An editorial calendar is an absolute necessity for consistent, guided and informed content publishing.

More content marketing teams across B2B and B2C industries are setting up their daily operations with tactics straight from old-school print newspaper newsrooms. Some of these traditions include publishing content quickly to tie in the “chatter” of the day’s social media graph, staying close to Strunk & White editing principles (with some internet-centric exceptions) and managing a standing, though typically freelance, editorial team.
But one of the most relevant parts carried over from the editorial newsroom comes before the actual content creation. It’s the brainstorming, planning and the scheduling of content: the editorial calendar.

Benefits of an Editorial Calendar

The editorial calendar should serve as the roadmap for content, whether that’s 3, 6, 9 or 12 months ahead. A properly planned and prepped editorial calendar should help your team:

  • Better understand company content needs
  • Increase brainstorming prowess for content
  • Strategize content around business goals
  • Pair content with company news and announcements
  • Highlight special content projects
  • Keep overall track of content marketing projects

An editorial calendar should act as a guidebook to help deliver on a number of goals, including:

  • Attracting readers and viewers
  • Meeting SEO needs and overall business objectives
  • Connecting contributors with content owners
  • Enabling coordinated distribution on social channels

Editorial calendars are important for not only helping an editorial team keep track of content, but also for tracking other content elements, like audience personas, social strategies, SEO metrics and more.

Building an Editorial Calendar

There are a variety of calendar structures to choose from.  This might be an online template, a shareable spreadsheet, a presentation deck or even a text document, depending on scope, resources and size.
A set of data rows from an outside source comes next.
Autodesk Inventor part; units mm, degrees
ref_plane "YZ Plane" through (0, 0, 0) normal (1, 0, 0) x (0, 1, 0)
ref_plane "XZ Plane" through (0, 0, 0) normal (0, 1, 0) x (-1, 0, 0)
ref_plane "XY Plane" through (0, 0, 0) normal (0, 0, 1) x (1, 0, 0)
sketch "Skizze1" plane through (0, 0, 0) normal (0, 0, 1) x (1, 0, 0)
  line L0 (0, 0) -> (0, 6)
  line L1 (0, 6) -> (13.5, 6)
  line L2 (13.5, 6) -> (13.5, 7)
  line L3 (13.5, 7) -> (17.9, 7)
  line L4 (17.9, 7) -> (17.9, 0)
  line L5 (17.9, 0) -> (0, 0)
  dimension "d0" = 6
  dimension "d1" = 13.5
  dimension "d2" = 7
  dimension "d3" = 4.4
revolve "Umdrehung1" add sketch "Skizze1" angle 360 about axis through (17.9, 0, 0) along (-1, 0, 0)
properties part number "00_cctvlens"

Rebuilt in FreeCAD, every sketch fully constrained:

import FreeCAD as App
import Part
import Sketcher

V = App.Vector
Q = App.Units.Quantity

doc = App.newDocument("Part")
params = doc.addObject("Spreadsheet::Sheet", "Params")
for row, (alias, value) in enumerate([
    ("sketch1_height", "6 mm"),
    ("sketch1_height2", "7 mm"),
    ("sketch1_width", "4.4 mm"),
    ("sketch1_width2", "13.5 mm"),
    ("revolution_angle", "360 deg"),
], start=1):
    params.set(f"A{row}", alias)
    params.set(f"B{row}", "=" + value)
    params.setAlias(f"B{row}", alias)

body = doc.addObject("PartDesign::Body", "Body")

# Sketch on XY plane
sketch1 = doc.addObject("Sketcher::SketchObject", "Sketch")
body.addObject(sketch1)
sketch1.AttachmentSupport = (doc.XY_Plane, [""])
sketch1.MapMode = "FlatFace"
sketch1.addGeometry(Part.LineSegment(V(0, 6, 0), V(0, 0, 0)), False)
sketch1.addGeometry(Part.LineSegment(V(0, 0, 0), V(17.9, 0, 0)), False)
sketch1.addGeometry(Part.LineSegment(V(17.9, 0, 0), V(17.9, 7, 0)), False)
sketch1.addGeometry(Part.LineSegment(V(17.9, 7, 0), V(13.5, 7, 0)), False)
sketch1.addGeometry(Part.LineSegment(V(13.5, 7, 0), V(13.5, 6, 0)), False)
sketch1.addGeometry(Part.LineSegment(V(13.5, 6, 0), V(0, 6, 0)), False)
sketch1.addConstraint(Sketcher.Constraint("Coincident", 0, 2, 1, 1))
sketch1.addConstraint(Sketcher.Constraint("Coincident", 1, 2, 2, 1))
sketch1.addConstraint(Sketcher.Constraint("Coincident", 2, 2, 3, 1))
sketch1.addConstraint(Sketcher.Constraint("Coincident", 3, 2, 4, 1))
sketch1.addConstraint(Sketcher.Constraint("Coincident", 4, 2, 5, 1))
sketch1.addConstraint(Sketcher.Constraint("Coincident", 5, 2, 0, 1))
sketch1.addConstraint(Sketcher.Constraint("Vertical", 0))
sketch1.addConstraint(Sketcher.Constraint("Horizontal", 1))
sketch1.addConstraint(Sketcher.Constraint("Vertical", 2))
sketch1.addConstraint(Sketcher.Constraint("Horizontal", 3))
sketch1.addConstraint(Sketcher.Constraint("Vertical", 4))
sketch1.addConstraint(Sketcher.Constraint("Horizontal", 5))
sketch1.addConstraint(Sketcher.Constraint("Coincident", 0, 2, -1, 1))
sketch1.addConstraint(Sketcher.Constraint("DistanceY", 0, 2, 0, 1, Q("6 mm")))
sketch1.addConstraint(Sketcher.Constraint("DistanceY", 2, 1, 2, 2, Q("7 mm")))
sketch1.addConstraint(Sketcher.Constraint("DistanceX", 3, 2, 3, 1, Q("4.4 mm")))
sketch1.addConstraint(Sketcher.Constraint("DistanceX", 5, 2, 5, 1, Q("13.5 mm")))
sketch1.setExpression("Constraints[13]", "Params.sketch1_height")
sketch1.setExpression("Constraints[14]", "Params.sketch1_height2")
sketch1.setExpression("Constraints[15]", "Params.sketch1_width")
sketch1.setExpression("Constraints[16]", "Params.sketch1_width2")
revolution = doc.addObject("PartDesign::Revolution", "Revolution")
body.addObject(revolution)
revolution.Profile = sketch1
revolution.ReferenceAxis = (sketch1, ["H_Axis"])
revolution.setExpression("Angle", "Params.revolution_angle")

doc.recompute()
But every calendar should have these 10 basic element:

  1. Content Topic / Theme / Category
  2. Content Creator (In-house or freelance?)
  3. Content Title (great titles matter!)
  4. Call to action (text and intended URL)
  5. Content Format (Blog post, video, image, design, infographic etc.)
  6. Intended Audience (primary/secondary)
  7. Keywords / SEO focus / Tag data
  8. Internal / External due dates
  9. Supporting media (infographic, photo, video)
  10. Distribution channels (website, external site, blog, social, etc)

There are ways to improve this basic set-up. Convince and Convert highly recommends integrating any social media plans into the overall editorial calendar. In fact, depending on the business/industry and content needs, it may be worthwhile to also integrate other plans and schedules, like product release schedules, event schedules, personal appearance schedules and more.
Tracking content with data and analysis over time will also provide a picture of which content works and which doesn’t for a desired audience. That analysis isn’t 100% integral at the very start, but 6 months in is a good time to start reviewing.
Creating an editorial calendar is a great start to a consistent and high-quality content marketing program. Without it, a team may end up constantly scrounging for content ideas on a moment’s notice.